I didn't listen. :lol: Cue the grumps!



Oh wait, there's a face starting to emerge...



"Fine, I'm awake, what?" I love how big her ears look! I can't tell if they actually are or if it's just this picture.



"Hm...you do smell familiar..." I thought she was going to bite me as she's pretty scent-oriented & has bitten me numerous times already. No bite though! Guess my current body wash isn't as intriguing as my perfume.

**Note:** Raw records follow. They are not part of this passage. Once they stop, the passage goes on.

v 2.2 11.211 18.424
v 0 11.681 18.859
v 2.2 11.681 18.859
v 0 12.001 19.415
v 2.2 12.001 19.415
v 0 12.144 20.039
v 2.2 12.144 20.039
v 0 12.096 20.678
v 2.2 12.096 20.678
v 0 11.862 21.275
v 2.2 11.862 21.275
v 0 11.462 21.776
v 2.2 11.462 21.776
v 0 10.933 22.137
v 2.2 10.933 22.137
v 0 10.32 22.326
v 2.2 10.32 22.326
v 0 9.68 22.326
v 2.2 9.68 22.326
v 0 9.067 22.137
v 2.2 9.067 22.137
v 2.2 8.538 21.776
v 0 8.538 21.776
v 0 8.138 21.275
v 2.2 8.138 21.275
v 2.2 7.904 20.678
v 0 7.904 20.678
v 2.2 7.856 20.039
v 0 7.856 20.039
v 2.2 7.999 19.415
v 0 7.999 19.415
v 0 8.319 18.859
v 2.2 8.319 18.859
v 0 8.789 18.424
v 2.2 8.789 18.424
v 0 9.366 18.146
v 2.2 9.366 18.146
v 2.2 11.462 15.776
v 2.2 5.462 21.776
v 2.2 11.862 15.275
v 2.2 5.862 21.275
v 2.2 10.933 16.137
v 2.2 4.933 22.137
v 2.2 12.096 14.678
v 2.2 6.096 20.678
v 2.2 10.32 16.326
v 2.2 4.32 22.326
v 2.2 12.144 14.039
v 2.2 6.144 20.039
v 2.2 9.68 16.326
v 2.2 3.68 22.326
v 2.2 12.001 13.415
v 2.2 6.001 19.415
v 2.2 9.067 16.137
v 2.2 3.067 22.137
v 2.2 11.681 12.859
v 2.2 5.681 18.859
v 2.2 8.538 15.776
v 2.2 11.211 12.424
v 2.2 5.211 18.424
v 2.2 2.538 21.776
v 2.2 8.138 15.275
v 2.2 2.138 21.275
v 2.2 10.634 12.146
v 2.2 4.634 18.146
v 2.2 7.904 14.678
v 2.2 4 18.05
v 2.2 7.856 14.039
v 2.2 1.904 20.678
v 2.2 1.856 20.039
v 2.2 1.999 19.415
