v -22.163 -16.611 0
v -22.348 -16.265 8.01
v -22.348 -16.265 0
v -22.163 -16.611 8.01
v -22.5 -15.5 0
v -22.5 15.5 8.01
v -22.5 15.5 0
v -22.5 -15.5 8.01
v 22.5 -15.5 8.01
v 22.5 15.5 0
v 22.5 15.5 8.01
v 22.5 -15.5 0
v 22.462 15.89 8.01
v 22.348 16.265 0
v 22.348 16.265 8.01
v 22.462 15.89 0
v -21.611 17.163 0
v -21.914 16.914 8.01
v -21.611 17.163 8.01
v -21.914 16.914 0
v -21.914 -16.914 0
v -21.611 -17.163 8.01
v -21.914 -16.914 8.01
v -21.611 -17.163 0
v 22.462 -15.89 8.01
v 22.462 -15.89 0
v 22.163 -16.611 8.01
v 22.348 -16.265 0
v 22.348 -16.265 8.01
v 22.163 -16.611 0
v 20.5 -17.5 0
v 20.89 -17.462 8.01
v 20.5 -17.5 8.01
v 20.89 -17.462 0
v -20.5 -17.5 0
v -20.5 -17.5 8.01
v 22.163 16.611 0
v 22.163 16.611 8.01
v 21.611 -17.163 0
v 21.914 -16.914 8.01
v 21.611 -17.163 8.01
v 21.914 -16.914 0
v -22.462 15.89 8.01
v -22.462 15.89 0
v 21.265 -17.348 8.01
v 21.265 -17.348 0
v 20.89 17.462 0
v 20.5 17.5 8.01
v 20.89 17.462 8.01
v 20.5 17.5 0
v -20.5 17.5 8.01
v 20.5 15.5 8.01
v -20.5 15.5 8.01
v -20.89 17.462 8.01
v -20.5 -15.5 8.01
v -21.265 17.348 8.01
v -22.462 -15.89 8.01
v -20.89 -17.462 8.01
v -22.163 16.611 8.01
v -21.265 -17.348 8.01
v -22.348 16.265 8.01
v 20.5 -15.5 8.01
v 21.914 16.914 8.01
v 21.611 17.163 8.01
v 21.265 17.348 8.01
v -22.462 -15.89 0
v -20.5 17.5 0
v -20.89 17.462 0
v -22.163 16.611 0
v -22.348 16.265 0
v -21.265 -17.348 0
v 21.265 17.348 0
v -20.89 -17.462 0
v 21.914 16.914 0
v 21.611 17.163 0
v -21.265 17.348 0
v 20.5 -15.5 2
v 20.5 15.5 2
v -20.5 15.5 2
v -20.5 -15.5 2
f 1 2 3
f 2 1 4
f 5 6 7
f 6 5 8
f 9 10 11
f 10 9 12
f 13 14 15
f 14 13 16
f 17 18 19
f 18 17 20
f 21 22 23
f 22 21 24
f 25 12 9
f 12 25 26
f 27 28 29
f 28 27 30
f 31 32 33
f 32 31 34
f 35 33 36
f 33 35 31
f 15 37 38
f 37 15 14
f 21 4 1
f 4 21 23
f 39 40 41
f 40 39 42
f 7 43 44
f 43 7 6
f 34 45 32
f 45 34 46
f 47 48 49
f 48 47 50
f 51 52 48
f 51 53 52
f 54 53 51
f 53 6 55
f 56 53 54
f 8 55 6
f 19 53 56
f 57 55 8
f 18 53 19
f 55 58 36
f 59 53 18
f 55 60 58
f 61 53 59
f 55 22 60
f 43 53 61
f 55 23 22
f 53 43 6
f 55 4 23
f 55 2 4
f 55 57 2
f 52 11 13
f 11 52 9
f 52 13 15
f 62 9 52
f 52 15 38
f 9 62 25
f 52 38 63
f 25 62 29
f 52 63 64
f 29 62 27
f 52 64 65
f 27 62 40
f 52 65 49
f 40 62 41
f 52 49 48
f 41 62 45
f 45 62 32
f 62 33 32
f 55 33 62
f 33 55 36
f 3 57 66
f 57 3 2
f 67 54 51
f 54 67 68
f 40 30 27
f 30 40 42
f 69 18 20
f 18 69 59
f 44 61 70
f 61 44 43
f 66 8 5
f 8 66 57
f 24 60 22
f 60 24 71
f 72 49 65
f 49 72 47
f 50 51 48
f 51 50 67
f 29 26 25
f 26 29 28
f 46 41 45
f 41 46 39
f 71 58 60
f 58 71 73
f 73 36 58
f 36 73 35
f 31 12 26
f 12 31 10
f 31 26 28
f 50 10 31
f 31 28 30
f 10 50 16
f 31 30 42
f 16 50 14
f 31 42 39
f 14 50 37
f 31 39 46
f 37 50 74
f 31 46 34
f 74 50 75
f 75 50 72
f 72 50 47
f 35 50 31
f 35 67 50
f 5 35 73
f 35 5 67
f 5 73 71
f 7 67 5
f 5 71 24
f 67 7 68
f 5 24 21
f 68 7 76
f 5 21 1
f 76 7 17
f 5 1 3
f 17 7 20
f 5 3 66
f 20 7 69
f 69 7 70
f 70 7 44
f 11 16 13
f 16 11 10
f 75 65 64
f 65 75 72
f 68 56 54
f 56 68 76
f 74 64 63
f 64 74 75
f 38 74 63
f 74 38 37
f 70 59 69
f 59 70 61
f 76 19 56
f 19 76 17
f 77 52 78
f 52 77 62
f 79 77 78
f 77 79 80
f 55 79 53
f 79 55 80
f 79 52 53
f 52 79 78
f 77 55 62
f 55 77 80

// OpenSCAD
board_w=38; board_h=28; wall=2; clearance=1.5; base_d=8; lid_d=12;
outer_w=board_w+2*clearance+2*wall; outer_h=board_h+2*clearance+2*wall;
module rounded_box(w,h,d,r=2){minkowski(){cube([w-2*r,h-2*r,d],center=true);cylinder(r=r,h=.01,$fn=32);}}
module base(){difference(){translate([0,0,base_d/2])rounded_box(outer_w,outer_h,base_d,2);translate([0,0,base_d/2+wall])cube([outer_w-2*wall,outer_h-2*wall,base_d],center=true);}}
module lid(){difference(){translate([0,0,lid_d/2])rounded_box(outer_w,outer_h,lid_d,2);translate([0,0,lid_d/2-wall])cube([outer_w-2*wall,outer_h-2*wall,lid_d],center=true);for(y=[-outer_h/2+6:5:outer_h/2-6])translate([0,y,lid_d-wall/2])cube([outer_w-10,2.5,wall+2],center=true);}}
base();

So last time I was visiting her at Jackie's, she pulled herself into a perfect little oval shape in my hand and earned herself the nickname of Potato. Well, she continues to perfect her potato shape. :lol:



It cracks me up! She can barely fit in one of my hands & unless she curls herself up, she ends up with her back feet dangling off my hand. So she tucks all of her edges in so she can fit...and her butt still hangs off. :lol: Before I put her away for the night, I went "Alright, Potato..." and she immediately went into potato shape, so I think she's accepted her nickname. Which is good, because she's stuck with it forever now!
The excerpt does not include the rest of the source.